Ramakrishna, le bruissement divin



Comme dans la musique les notes montent graduellement du point le plus bas au point le plus élevé, puis redescendent en ordre inverse, de même après avoir éprouvé la non-dualité dans le samadhi, on redescend à un plan inférieur pour y vivre avec la conscience de l'ego. On n'atteint le cœur du bananier qu'après l'avoir dépouillé de ses enveloppes les unes après les autres, et seulement alors on trouve la partie essentielle. Mais, on doit se dire que ces enveloppes font aussi partie de la plante et qu'il faut les deux choses pour faire un tronc complet.

Quand la dévotion du disciple est sincère, les choses les plus simples lui rappellent Dieu et le mènent à l'extase. Ne savez-vous pas que le Seigneur Chaitanya tomba en samadhi alors qu'il se disait : "Voici la terre dont sont faits les tambours" ? En passant dans un village, Shri Chaitanya avait appris que des villageois gagnaient leur vie en fabriquant des tambours ; il songea aussitôt que les tambours étaient faits de la terre de ce village et il perdit apparemment conscience. Cette pensée que les tambours servaient à la musique sacrée, et que cette musique célèbre les louanges de Dieu qui est la beauté des beautés et l'âme de nos âmes, etc., tout cela lui vint en un éclair et son esprit se plongea en Dieu. 
De même, celui qui a pour son gourou une dévotion sincère pense certainement à lui en voyant des membres de la famille du gourou.

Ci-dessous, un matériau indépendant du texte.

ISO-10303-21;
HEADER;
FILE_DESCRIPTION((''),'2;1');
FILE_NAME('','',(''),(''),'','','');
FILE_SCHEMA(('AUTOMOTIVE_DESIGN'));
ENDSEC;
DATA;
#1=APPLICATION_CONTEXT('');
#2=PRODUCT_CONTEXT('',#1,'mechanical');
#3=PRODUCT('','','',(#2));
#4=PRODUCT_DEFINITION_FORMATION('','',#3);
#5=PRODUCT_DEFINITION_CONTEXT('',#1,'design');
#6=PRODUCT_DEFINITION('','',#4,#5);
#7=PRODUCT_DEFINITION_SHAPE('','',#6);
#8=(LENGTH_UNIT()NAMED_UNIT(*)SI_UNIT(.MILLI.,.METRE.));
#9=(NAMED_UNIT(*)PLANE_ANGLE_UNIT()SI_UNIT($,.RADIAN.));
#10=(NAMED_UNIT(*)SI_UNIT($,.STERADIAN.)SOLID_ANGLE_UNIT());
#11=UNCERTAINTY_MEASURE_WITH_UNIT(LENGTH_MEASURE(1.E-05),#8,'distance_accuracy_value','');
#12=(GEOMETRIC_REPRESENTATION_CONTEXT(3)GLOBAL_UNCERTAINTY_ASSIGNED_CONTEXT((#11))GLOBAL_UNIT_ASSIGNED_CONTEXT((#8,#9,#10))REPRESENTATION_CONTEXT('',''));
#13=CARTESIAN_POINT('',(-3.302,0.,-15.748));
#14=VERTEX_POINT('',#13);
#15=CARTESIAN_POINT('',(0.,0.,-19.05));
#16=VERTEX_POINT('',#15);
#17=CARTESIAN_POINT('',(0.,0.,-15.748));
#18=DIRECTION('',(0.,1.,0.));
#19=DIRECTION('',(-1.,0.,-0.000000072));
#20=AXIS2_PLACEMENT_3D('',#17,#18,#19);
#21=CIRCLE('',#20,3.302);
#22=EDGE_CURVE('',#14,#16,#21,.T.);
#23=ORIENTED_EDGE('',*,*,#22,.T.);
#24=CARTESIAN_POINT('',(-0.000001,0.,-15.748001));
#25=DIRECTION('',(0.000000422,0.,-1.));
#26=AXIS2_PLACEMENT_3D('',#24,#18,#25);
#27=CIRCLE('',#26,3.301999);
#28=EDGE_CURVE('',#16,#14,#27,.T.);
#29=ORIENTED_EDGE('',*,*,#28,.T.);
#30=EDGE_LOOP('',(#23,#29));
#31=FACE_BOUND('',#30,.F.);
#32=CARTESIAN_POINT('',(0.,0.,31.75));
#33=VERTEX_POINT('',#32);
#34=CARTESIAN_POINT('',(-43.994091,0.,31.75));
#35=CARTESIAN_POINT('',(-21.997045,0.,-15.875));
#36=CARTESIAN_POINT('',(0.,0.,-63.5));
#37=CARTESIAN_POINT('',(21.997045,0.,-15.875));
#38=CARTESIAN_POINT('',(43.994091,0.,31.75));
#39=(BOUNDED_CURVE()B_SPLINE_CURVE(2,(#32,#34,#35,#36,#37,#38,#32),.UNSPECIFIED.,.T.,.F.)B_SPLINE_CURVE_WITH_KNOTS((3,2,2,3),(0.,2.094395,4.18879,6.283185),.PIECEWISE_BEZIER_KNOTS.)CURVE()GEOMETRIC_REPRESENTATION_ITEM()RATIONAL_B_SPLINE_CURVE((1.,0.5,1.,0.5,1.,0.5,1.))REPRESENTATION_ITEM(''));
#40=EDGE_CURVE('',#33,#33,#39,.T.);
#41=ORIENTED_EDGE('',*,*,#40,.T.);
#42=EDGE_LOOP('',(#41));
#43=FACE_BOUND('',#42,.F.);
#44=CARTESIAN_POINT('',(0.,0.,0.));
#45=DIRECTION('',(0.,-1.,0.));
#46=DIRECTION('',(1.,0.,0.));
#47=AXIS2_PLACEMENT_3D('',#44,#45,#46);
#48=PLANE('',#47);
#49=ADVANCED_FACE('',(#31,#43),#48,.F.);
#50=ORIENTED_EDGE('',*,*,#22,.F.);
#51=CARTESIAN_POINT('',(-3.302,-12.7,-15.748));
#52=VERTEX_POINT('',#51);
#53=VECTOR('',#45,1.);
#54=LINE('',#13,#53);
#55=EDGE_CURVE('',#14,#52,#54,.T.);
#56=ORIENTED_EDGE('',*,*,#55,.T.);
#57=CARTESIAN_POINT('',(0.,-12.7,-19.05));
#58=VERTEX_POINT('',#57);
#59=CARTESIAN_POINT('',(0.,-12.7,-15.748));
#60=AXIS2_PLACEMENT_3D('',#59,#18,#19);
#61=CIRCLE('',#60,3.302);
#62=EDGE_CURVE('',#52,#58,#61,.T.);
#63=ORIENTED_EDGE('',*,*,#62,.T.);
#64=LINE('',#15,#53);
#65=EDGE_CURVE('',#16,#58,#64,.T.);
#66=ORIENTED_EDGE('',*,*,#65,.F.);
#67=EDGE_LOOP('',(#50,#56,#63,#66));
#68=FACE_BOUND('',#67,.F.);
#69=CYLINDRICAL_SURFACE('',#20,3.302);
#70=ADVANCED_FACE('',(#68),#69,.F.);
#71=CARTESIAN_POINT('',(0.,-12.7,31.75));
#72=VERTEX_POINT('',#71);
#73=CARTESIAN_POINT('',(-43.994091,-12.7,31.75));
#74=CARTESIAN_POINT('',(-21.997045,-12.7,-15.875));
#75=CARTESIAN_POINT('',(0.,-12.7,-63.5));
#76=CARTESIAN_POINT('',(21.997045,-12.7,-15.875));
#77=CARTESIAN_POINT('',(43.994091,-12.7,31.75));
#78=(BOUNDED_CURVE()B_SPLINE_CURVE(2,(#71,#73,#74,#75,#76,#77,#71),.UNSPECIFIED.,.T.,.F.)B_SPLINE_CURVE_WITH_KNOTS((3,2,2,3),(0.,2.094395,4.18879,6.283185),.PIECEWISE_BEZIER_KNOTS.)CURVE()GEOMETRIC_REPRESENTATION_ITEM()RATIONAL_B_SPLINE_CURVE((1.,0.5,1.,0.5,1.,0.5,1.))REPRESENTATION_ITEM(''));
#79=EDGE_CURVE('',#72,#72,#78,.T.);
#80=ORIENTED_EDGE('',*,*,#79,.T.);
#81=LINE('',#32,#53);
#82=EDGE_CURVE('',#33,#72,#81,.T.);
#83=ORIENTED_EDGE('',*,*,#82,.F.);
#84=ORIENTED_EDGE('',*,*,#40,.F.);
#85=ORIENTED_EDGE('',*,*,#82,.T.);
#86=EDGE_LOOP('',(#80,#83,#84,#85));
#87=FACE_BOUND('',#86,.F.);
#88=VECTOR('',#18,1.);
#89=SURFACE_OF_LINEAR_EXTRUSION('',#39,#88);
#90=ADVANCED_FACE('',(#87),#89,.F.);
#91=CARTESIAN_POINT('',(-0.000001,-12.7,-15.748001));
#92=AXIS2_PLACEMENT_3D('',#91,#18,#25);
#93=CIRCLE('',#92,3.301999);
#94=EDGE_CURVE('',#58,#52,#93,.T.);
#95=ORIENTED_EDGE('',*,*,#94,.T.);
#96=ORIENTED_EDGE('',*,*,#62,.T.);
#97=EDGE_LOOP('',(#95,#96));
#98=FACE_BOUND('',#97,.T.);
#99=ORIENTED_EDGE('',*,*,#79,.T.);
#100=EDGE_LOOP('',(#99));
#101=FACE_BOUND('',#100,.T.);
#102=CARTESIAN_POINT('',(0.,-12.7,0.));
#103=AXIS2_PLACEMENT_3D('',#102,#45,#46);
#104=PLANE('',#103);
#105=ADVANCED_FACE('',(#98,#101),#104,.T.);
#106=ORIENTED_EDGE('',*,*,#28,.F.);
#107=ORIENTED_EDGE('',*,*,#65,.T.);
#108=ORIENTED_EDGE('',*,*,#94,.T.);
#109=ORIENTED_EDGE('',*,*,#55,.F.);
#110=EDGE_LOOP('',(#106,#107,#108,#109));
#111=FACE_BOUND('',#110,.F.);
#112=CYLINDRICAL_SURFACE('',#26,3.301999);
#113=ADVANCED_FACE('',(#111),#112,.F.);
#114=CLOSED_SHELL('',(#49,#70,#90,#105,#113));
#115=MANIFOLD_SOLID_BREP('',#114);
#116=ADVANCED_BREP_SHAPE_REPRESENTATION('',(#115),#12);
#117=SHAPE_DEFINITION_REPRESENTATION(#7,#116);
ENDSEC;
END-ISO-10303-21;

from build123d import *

# Parameters (mm, degrees)
F1_DEPTH = 12.7
F3_DEPTH = 25.4


with BuildPart() as f1:
    # F0 (on Front) → F1 (new body)
    with BuildSketch(Plane.XZ):
        with BuildLine():
            add(Edge.make_bspline(
                [(0, 31.75), (-43.994091, 31.75), (-21.997045, -15.875), (0, -63.5), (21.997045, -15.875), (43.994091, 31.75), (0, 31.75)],
                knots=[0, 0, 0, 2.094395, 2.094395, 4.18879, 4.18879, 6.283185, 6.283185, 6.283185], degree=2, weights=[1, 0.5, 1, 0.5, 1, 0.5, 1]))
        make_face()
    extrude(amount=F1_DEPTH)

    # F2 (on face) → F3 (cut)
    with BuildSketch(Plane(origin=(0, 0, 0), x_dir=(-1, 0, 0), z_dir=(0, 1, 0))):
        with BuildLine():
            ThreePointArc((0, -19.05), (2.334867, -18.082867), (3.302, -15.748))
            ThreePointArc((3.302, -15.748), (-2.334867, -13.413133), (0, -19.05))
        make_face()
    extrude(amount=-F3_DEPTH, mode=Mode.SUBTRACT)


solid = f1.part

Plus encore, s'il rencontre des habitants du village où son gourou demeure, il pense à lui ; il se prosterne devant eux, se couvre de la poussière de leurs pieds, les nourrit avec abondance et leur rend mille services. A ce moment, le disciple ne voit aucun défaut de son gourou. Il peut dire : "Même si mon gourou fréquente les cafés, il est malgré tout le Seigneur, la Béatitude éternelle." Sans cela un être humain ne peut être qu'un mélange de vertus et de vices. Le disciple, grâce à sa dévotion, ne voit pas son gourou comme celui qui a la jaunisse voit tout en jaune. Son adoration lui révèle alors que Dieu seul est tout ; c'est Lui est devenu le père, la mère, l'homme et la bête, les objets sensibles et insensibles.

Dans les anciennes pièces de théâtre (yâtrâs) vous avez vu que tant que résonne la musique et que les acteurs chantent à tue-tête : "Ô Krishna, viens, laisse-nous T'entrevoir", le Krisha de la pièce ne répond nullement à cet appel. Il continue de fumer et de causer, et se costume à loisir. Quand tous les bruits cessent et que le rishi Narada commence à chanter doucement et amoureusement : "Que tu est ravissant, ô Govinda, ma vie et mon âme !" Krishna ne peut plus s'attarder ; il apparaît immédiatement sur la scène.
Il en est de même pour le sâdhâk. Tant qu'il s'exclame à haute voix : "Ô Seigneur, viens ! Seigneur, révèle-Toi à moi..." sachez que Dieu est loin de lui. Quand le Seigneur doit venir vraiment Se révéler à lui, il est submergé par la dévotion et n'appelle plus à grands cris. Quand le sâdhâk invoque le Seigneur d'un cœur enivré par l'amour, Il ne peut pas Se refuser plus longtemps à Son adorateur.

Comment pouvons-nous nous libérer de l'étreinte de Mâyâ ? Celui qui désire apprendre à jouer d'un instrument s'exercera d'abord en jouant sur un morceau de bois. Celui dont le cœur désire ardemment être libéré des liens de Mâyâ recevra de Dieu même des instructions sur la voie qui mène à Lui.

Aswini Kumar Dutt demanda un jour au Maître ce qui constituait la différence entre l'hindouisme et le Brâhma Samâj.
Sri Râmakrishna répondit : "La différence est celle qui existe entre une note de musique et la musique elle-même. Le Brâhma Samâj se contente d'une seule note de Brahman, tandis que l'hindouisme est composé de plusieurs notes qui se fondent en une douce harmonie."

Même les hommes qui ont réalisé l'Absolu dans le samâdhi redescendent au plan de la conscience des sens, et ils gardent aussi assez d'ego pour pouvoir communier avec le Dieu Personnel. Il est très difficile dans le chant de tenir longtemps la note si, la plus haute de la gamme. D'où la nécessité d'une dévotion au Dieu personnel.